*TASK DIRECTIONS*: Among the entries that follow, find every line with the word "трубы" and list it.

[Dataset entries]
· · · ·

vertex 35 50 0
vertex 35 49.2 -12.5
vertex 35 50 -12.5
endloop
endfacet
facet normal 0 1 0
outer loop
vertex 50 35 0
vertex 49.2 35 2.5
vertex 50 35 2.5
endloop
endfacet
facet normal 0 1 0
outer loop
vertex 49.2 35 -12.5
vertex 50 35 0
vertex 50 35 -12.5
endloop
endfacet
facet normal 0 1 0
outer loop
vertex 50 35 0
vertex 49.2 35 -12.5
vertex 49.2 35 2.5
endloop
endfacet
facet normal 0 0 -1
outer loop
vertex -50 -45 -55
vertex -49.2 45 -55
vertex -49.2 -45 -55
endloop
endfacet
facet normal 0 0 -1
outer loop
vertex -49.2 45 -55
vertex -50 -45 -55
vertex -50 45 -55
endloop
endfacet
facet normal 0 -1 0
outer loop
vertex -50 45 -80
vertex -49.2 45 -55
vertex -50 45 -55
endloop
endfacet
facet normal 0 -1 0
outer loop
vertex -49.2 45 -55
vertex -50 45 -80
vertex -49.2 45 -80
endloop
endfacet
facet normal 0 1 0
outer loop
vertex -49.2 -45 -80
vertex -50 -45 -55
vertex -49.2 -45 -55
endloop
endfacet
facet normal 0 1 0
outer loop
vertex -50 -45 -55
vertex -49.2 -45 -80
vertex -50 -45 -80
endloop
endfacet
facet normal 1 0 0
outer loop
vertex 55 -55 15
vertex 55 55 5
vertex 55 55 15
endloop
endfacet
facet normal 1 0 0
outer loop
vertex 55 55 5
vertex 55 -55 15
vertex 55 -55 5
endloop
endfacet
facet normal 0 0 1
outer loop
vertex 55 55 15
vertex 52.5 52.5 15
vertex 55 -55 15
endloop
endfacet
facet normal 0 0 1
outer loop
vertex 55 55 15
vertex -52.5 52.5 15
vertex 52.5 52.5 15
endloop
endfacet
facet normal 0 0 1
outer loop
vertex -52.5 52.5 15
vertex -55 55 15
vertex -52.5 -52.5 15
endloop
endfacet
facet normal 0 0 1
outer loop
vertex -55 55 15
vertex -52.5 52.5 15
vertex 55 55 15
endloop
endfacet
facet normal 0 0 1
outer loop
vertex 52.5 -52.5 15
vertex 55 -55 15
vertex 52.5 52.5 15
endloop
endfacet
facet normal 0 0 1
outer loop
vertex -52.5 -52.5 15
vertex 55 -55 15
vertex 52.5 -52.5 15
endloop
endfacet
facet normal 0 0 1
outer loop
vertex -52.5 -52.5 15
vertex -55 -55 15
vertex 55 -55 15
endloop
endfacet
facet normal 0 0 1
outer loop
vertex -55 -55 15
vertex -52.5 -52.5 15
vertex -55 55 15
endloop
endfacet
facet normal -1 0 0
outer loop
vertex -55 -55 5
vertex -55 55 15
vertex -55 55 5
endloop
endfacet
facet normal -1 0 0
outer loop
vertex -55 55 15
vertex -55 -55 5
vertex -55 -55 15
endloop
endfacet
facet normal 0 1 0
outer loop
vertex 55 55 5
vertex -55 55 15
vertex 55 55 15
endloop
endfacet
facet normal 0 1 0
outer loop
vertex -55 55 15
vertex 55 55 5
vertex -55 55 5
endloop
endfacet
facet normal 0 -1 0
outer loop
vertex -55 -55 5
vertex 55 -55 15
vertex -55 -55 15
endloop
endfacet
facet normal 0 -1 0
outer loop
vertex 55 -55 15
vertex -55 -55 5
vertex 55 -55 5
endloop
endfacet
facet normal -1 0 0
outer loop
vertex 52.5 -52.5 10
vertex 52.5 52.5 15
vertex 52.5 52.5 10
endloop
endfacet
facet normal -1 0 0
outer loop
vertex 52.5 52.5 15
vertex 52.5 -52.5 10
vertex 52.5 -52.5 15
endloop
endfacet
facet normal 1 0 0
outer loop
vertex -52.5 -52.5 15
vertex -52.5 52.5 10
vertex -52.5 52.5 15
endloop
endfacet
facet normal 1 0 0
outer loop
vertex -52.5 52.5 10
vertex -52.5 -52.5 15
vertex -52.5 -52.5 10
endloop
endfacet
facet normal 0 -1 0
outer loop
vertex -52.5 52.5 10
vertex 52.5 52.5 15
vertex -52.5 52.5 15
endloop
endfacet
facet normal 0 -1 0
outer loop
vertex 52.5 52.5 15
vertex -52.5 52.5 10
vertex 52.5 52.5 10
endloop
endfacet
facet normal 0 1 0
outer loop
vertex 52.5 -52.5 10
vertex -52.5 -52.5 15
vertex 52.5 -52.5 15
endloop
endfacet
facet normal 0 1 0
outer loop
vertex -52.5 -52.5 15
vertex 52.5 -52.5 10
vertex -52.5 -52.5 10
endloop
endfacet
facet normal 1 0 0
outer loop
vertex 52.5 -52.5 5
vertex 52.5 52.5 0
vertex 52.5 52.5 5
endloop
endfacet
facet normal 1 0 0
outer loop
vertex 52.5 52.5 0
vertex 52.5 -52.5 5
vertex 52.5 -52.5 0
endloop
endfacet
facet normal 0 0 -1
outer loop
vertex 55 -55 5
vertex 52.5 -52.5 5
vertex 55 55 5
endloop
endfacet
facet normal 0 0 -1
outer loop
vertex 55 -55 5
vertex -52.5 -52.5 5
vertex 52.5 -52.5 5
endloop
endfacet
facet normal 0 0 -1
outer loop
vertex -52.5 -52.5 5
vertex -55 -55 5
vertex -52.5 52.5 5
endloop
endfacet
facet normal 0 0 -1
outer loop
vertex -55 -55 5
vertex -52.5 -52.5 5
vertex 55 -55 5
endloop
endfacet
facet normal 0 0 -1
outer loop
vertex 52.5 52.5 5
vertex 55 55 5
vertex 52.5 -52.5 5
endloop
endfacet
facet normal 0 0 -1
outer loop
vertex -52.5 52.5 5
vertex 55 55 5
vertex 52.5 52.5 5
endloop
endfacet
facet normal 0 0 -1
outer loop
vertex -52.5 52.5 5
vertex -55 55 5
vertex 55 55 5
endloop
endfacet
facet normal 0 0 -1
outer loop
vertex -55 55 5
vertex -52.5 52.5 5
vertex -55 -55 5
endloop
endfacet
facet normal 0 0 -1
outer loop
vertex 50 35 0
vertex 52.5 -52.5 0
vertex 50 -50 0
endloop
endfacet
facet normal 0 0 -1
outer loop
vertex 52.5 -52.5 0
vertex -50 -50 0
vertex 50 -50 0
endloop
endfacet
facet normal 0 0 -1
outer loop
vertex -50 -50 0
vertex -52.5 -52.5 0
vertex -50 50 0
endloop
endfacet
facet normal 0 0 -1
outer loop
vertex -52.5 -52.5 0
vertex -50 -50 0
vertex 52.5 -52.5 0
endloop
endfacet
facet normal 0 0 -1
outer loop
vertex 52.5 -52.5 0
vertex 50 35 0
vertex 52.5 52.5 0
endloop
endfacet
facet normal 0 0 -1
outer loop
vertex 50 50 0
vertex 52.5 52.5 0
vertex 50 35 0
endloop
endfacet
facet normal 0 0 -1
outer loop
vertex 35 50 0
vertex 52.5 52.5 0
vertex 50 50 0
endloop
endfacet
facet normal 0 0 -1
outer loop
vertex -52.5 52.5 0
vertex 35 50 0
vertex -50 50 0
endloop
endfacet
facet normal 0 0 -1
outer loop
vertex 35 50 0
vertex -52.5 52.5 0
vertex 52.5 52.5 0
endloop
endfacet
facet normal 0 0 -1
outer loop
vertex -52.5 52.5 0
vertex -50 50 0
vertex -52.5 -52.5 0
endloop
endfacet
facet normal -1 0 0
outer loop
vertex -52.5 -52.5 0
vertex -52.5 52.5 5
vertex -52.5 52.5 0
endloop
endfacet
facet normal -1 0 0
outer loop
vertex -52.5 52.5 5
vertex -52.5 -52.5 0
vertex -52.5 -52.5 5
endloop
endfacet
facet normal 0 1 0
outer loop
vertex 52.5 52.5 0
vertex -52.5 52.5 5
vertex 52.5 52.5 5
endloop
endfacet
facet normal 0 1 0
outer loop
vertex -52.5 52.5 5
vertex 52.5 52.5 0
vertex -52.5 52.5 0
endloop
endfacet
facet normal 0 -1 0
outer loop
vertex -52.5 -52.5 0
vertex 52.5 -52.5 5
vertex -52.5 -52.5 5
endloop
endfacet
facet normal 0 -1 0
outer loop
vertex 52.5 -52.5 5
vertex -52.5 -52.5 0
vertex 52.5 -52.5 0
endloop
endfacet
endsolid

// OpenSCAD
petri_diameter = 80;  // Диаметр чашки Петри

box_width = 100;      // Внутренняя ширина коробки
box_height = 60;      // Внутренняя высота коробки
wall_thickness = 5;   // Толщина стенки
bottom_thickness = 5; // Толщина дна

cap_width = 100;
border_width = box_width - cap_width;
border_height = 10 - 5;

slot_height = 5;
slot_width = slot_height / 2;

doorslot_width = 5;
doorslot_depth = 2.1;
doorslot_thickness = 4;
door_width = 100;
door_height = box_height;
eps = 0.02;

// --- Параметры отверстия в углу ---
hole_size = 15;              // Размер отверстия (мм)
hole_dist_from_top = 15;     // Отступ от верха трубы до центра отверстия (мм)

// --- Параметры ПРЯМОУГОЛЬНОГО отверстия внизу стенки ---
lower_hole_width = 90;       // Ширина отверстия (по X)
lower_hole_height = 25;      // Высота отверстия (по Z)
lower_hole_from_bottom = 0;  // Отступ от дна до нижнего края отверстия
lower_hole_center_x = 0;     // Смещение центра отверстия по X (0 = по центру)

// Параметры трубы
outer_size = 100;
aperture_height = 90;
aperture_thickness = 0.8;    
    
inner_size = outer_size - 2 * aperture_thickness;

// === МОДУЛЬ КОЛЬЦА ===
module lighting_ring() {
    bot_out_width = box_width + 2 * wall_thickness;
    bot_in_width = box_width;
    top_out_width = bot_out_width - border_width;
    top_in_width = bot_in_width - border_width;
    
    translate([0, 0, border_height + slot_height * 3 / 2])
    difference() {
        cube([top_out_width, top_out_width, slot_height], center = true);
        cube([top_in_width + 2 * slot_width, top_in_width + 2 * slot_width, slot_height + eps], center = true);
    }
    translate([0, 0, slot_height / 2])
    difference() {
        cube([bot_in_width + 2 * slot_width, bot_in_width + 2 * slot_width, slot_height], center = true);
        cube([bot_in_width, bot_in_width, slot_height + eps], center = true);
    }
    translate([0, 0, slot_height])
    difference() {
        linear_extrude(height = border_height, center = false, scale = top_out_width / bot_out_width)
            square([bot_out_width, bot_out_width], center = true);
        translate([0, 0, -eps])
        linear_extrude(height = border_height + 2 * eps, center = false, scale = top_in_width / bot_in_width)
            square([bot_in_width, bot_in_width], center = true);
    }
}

· · · ·

*ANSWER BELOW*:
hole_dist_from_top = 15;     // Отступ от верха трубы до центра отверстия (мм)
// Параметры трубы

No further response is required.